Memleket Biziz’in çağrı metni ve imzacıların listesi şöyle:
Ses çıkaralım, durduralım, ülkemizi yeniden kuralım!
Bu çağrı, hayatının ve ülkemizin kaderinde söz sahibi olmak isteyen tüm yurttaşları, ortak bir yürüyüş kolunda buluşmaya, böyle bir yürüyüşün öznesi olmaya ve bu amaçla ortak bir Kurultay çalışmasını hep birlikte örgütlemeye davet etmek için kaleme alınmıştır. Cesaret, dayanışma ve umutla…
Bu bir davet… Halkın ilerici birikimine güvenenlerin, susmayanların, itiraz edenlerin; bazen kocaman bir gülüşle, bazen beyaz bir bezle; bazen durup, bazen hiç durmadan yürüyenlerin daveti. Hepimizin hepimize daveti.
Biz yaşadığımız toprakları börtüsü ve böceğiyle, ağacı ve deresiyle, vadisi ve insanıyla sevenler; her gün yeniden üretenler: Memleket biziz! Hep yaşamdan, özgürlükten ve halkın ortak iyiliğinden yana düşünüp eyleyenlerin hiç durmayan yürüyüşünü hızlandırma; ortak bir yürüyüş kolunda buluşma vaktidir.
Yaşamak istediğimiz ülkeyi, ilerici değerlerimizi ve geleceğimizi, memleketimizin kaderinde söz sahibi olma kararımız ve kararlığımız kurtaracak: Memleket biziz ve büyük bir gücün sahibiyiz.

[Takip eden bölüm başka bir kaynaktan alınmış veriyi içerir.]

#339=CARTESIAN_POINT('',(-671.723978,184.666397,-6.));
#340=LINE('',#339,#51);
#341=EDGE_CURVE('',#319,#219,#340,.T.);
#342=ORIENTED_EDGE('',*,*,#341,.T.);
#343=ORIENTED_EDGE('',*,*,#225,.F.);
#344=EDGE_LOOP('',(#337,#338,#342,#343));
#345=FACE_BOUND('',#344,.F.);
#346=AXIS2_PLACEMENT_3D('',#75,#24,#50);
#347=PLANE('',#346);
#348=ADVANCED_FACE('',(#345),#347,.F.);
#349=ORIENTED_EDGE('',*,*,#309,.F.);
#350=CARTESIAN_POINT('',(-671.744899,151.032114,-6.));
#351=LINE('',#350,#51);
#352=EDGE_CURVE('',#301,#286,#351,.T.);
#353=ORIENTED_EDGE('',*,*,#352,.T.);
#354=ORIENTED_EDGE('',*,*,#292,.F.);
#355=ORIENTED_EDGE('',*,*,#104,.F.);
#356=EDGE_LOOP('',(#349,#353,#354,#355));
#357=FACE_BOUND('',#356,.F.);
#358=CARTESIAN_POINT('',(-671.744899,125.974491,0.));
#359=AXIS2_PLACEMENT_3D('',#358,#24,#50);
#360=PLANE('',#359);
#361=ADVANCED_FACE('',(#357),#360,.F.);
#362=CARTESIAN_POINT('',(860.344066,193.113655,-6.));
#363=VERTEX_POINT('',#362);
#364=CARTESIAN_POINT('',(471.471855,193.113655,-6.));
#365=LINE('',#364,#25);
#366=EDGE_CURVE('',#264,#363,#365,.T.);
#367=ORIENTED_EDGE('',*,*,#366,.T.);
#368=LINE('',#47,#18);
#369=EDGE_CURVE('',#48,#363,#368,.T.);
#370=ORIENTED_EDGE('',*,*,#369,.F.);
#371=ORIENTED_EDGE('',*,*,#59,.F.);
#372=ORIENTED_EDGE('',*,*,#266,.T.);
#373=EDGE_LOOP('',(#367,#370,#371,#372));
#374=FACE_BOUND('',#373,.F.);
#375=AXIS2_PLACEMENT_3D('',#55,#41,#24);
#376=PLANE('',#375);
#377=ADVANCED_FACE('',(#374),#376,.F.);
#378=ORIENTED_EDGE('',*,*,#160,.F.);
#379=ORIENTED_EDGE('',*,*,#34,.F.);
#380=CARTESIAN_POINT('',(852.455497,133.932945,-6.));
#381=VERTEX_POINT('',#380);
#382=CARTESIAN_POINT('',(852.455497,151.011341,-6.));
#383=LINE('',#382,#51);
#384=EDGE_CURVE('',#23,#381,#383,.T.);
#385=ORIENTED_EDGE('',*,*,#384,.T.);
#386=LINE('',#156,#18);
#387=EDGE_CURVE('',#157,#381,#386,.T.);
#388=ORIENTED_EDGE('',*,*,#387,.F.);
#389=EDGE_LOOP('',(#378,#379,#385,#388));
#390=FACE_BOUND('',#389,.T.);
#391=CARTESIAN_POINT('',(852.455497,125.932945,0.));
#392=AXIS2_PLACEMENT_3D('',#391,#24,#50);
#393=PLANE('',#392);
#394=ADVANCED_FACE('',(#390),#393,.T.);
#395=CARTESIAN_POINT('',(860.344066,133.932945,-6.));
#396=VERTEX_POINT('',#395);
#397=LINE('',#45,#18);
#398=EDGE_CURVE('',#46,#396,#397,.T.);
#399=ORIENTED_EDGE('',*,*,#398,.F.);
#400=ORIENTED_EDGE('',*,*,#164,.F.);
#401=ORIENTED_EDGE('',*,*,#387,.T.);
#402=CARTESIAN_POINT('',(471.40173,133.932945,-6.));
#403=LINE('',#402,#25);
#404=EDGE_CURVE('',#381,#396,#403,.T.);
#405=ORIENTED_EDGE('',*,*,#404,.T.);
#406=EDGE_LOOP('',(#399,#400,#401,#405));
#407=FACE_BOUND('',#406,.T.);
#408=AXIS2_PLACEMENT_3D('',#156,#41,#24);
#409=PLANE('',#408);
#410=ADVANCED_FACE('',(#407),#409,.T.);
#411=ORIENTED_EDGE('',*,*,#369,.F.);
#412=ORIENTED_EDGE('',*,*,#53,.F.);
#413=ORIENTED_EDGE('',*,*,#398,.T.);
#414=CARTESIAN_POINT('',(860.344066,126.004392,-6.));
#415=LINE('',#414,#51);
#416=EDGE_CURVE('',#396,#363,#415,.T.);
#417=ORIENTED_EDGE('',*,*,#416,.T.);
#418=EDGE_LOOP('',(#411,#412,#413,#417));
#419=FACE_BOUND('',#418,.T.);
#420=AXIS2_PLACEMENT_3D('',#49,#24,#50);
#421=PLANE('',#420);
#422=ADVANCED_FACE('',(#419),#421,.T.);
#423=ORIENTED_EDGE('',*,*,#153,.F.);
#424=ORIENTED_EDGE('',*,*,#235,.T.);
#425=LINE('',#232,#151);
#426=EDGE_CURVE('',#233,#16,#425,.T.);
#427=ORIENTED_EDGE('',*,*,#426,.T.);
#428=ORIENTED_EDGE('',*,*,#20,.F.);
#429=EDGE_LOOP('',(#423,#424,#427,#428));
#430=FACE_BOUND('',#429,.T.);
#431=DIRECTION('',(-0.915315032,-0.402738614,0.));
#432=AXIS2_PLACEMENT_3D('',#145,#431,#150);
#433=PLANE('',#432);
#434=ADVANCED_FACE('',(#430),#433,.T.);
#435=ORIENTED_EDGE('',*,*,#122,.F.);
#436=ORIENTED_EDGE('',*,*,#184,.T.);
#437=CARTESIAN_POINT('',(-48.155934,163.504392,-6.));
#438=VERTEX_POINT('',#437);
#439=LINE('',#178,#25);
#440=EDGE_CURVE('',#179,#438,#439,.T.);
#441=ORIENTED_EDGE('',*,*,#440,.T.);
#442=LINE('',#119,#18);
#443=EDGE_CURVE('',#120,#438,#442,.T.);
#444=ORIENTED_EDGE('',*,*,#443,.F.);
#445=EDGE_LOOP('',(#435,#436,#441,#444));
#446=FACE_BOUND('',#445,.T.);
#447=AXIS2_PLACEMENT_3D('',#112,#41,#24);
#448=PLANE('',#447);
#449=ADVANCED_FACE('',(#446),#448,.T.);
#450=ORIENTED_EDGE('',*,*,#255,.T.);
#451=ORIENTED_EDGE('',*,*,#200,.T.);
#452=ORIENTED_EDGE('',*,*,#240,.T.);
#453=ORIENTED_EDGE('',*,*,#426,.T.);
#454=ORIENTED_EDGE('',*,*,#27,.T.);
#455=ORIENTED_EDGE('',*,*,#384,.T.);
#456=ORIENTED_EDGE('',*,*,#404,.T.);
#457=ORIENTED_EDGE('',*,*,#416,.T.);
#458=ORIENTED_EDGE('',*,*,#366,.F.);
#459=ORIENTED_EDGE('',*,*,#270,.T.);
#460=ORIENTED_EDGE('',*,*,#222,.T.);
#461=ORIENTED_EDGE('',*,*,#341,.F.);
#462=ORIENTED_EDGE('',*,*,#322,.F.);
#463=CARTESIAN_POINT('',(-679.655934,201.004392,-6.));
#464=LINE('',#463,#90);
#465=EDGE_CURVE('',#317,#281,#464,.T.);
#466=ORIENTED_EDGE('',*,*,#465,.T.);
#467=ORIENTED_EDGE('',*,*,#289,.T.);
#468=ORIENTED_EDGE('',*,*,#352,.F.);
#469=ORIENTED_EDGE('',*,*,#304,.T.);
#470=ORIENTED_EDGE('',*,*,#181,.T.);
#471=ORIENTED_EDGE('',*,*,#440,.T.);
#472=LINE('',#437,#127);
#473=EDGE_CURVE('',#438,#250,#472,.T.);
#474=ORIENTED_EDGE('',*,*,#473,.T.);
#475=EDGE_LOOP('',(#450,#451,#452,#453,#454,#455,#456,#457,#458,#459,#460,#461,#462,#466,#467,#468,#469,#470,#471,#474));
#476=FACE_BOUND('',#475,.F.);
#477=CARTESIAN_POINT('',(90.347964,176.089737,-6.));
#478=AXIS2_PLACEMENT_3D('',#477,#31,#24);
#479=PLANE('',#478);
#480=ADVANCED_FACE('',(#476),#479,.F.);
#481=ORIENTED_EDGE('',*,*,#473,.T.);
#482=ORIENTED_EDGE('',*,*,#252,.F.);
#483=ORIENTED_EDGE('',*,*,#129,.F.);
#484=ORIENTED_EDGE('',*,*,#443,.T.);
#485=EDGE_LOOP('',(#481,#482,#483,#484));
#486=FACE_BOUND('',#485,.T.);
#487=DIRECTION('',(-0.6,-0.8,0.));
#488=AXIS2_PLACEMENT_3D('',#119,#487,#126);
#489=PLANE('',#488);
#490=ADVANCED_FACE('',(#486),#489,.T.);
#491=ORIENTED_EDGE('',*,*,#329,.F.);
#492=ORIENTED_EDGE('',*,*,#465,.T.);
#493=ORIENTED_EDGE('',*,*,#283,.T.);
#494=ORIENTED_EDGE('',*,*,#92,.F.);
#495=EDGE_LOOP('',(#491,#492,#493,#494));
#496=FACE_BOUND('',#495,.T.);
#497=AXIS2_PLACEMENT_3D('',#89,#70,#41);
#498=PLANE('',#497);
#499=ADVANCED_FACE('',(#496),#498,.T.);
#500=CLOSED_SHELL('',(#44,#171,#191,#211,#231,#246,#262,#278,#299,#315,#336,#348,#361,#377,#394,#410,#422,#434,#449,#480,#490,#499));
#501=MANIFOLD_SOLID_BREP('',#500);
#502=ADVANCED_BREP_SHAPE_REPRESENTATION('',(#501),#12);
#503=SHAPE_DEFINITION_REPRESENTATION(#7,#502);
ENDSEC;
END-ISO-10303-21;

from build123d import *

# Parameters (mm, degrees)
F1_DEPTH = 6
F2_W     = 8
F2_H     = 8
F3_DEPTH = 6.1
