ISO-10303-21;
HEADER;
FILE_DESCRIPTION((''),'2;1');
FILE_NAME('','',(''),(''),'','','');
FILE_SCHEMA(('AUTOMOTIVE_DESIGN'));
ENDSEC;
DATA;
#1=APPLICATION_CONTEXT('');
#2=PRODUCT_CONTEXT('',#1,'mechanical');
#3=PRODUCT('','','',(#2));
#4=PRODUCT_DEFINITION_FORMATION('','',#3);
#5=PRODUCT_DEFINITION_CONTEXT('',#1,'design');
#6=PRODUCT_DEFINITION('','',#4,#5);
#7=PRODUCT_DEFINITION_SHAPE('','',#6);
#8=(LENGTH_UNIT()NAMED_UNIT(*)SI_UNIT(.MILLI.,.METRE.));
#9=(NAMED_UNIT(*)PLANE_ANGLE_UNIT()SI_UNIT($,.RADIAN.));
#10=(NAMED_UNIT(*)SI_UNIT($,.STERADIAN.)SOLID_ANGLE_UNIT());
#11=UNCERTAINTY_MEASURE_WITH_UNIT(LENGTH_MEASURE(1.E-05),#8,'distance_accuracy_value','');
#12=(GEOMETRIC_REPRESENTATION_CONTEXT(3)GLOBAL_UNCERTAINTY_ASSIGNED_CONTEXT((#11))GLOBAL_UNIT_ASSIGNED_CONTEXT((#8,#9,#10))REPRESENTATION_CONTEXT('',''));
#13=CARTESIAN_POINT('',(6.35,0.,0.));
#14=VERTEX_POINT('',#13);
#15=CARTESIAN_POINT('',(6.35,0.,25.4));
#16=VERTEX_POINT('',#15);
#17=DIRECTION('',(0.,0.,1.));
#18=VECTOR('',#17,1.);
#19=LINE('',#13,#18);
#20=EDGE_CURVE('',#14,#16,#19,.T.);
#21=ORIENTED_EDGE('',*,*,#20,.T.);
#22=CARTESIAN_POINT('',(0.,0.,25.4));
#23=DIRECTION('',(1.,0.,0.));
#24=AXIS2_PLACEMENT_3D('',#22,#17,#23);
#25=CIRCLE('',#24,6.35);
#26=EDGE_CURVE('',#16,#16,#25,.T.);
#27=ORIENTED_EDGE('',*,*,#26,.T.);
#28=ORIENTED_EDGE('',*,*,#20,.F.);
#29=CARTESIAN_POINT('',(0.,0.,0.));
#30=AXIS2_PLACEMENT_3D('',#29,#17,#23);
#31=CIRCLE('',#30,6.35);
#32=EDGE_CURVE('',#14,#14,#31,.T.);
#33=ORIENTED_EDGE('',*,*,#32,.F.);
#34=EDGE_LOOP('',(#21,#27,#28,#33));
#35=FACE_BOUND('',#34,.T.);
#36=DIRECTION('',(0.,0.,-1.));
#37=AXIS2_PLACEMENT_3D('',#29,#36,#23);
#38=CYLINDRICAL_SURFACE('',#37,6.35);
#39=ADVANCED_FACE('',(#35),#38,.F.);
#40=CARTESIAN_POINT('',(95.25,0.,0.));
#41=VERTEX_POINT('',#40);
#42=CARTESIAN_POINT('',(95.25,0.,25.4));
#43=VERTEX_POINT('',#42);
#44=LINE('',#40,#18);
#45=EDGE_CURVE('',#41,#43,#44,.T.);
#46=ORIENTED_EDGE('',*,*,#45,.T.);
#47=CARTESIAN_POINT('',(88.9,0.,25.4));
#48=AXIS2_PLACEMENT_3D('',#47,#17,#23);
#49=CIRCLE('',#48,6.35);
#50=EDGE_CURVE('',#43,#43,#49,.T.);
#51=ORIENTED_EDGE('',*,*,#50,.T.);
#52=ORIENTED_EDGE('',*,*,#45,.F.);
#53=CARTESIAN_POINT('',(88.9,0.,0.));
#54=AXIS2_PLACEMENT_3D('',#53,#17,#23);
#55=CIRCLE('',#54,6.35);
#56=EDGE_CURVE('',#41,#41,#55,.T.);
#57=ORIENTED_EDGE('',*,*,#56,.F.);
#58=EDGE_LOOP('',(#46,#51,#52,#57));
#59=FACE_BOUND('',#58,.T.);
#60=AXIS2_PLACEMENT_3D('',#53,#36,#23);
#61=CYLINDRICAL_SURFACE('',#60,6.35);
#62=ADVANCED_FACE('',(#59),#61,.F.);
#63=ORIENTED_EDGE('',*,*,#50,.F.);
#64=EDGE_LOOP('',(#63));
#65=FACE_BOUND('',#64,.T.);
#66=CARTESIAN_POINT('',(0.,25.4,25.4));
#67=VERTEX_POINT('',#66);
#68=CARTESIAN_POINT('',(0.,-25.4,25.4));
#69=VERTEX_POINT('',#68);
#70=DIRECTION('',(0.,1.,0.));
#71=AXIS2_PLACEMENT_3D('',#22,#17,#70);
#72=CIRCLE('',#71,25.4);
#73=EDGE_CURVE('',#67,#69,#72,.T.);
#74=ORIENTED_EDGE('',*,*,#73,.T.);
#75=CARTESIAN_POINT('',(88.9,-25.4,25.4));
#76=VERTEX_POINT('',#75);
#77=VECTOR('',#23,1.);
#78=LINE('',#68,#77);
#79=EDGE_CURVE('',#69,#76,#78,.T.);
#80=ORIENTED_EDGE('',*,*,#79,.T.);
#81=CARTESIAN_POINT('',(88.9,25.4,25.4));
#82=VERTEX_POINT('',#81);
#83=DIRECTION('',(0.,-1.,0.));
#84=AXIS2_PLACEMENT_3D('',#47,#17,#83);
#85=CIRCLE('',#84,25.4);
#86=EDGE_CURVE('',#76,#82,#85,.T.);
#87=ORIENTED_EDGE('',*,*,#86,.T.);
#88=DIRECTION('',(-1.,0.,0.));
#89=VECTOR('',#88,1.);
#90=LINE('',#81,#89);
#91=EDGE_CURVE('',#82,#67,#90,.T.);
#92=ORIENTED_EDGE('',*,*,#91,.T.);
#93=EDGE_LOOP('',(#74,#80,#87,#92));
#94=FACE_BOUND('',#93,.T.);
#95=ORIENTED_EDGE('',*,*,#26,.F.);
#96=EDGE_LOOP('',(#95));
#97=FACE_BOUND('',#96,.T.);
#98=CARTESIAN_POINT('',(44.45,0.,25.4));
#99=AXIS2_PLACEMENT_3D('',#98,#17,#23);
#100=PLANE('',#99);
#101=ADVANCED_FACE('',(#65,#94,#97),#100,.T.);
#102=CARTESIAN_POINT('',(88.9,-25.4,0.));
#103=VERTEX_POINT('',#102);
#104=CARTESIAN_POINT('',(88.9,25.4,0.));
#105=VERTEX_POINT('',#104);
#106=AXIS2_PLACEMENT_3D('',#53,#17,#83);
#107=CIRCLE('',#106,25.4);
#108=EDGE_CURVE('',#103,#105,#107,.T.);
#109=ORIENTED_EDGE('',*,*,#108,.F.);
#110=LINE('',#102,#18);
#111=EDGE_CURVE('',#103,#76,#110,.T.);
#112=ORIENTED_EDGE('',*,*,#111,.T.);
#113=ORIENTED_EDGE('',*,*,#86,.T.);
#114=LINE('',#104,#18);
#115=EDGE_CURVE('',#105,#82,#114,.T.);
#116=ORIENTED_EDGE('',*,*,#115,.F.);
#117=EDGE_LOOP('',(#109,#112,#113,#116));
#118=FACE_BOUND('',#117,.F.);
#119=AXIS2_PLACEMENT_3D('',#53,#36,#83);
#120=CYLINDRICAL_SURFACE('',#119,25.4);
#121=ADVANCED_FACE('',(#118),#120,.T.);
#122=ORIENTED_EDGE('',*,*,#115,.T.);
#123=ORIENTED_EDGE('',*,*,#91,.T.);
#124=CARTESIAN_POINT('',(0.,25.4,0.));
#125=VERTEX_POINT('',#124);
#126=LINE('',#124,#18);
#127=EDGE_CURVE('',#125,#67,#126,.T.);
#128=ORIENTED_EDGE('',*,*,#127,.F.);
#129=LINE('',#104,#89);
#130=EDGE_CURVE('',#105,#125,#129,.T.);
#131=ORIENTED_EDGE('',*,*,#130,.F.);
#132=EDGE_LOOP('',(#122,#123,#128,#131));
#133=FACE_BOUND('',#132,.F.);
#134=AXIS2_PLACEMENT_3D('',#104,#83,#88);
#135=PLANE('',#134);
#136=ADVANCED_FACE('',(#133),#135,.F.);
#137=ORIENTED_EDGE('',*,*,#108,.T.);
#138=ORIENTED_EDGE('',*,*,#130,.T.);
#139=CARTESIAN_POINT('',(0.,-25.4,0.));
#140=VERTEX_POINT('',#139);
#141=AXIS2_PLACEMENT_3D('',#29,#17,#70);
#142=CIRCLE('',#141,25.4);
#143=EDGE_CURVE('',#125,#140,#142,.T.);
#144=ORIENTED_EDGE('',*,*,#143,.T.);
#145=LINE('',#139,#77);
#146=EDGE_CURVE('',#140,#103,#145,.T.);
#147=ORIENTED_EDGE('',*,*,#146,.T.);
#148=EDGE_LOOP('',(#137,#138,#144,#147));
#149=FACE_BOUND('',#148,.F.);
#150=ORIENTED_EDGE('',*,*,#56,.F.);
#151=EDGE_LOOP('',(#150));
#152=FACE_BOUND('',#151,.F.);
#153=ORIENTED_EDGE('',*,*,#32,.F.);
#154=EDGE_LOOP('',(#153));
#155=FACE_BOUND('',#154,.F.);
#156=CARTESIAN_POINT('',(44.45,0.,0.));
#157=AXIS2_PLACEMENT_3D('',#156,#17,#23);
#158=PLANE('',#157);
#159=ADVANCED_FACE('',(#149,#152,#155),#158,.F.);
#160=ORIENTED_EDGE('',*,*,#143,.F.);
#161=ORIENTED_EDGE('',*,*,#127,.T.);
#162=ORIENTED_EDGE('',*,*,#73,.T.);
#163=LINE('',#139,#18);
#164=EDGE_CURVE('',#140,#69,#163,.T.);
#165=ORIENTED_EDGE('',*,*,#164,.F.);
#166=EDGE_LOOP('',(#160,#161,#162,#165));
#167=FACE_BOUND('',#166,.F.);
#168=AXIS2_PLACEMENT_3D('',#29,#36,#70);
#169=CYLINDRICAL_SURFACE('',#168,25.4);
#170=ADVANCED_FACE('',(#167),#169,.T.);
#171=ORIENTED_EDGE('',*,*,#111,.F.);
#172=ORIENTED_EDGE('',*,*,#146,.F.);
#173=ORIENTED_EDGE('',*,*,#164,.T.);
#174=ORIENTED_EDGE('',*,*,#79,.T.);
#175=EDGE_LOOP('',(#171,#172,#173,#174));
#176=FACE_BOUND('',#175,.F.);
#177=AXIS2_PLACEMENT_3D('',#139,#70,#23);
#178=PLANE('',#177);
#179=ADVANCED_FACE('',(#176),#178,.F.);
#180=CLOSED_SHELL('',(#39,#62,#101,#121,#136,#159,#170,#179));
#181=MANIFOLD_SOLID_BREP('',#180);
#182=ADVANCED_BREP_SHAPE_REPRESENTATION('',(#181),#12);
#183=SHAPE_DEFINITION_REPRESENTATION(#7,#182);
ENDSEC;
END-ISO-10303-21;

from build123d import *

# Parameters (mm, degrees)
F0_R     = 6.35
F1_DEPTH = 25.4


with BuildPart() as f1:
    # F0 (on Top) → F1 (new body)
    with BuildSketch(Plane.XY):
        with BuildLine():
            ThreePointArc((0, 25.4), (-25.4, 0), (0, -25.4))
            Line((0, -25.4), (88.9, -25.4))
            ThreePointArc((88.9, -25.4), (114.3, 0), (88.9, 25.4))
            Line((88.9, 25.4), (0, 25.4))
        make_face()
        Circle(F0_R, mode=Mode.SUBTRACT)
        with Locations((88.9, 0)):
            Circle(F0_R, mode=Mode.SUBTRACT)
    extrude(amount=F1_DEPTH)


solid = f1.part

Dalga dalga “hayır” diyen kalabalıklarla düştüğümüz yollarda; bir okul önünde, bir dere başında veya adliye kapısında; bir işyerinde veya üniversite avlusunda; sözle, yazıyla, kahkahayla, şarkıyla eylemle direnirken bu büyük gücün farkına vardık. “Gayrı böyle gitmez” diyen devasa bir ses çıkarabilir; kararlı bir yürüyüşle bu gidişi durdurabilir; kolektif irademizle ülkemizi yeniden kurabiliriz!
Bu kararlı yürüyüş, çalınan emeğimize; ganimete dönüştürülen bedenlerimize; harap edilen doğamıza- şehirlerimize; çölleştirilen sanat ve kültürümüze; kısacası hayatımıza sahip çıkma irademizin, şiddet ve fetvayla bastırılmasına izin vermeyecek; tek adam rejimi durdurulana kadar devam edecek. Tedirginliği cesarete dönüştürecek; kaygıyla bekleyenleri kendi kaderinin öznesi haline getirecek. “Ne yapabilirim?” diyenlere umut verecek. Ortak direnişlerimizin derslerini, yeni bir mücadelenin, örgütlenmenin ve ülkenin kurucu taşlarına dönüştürecek.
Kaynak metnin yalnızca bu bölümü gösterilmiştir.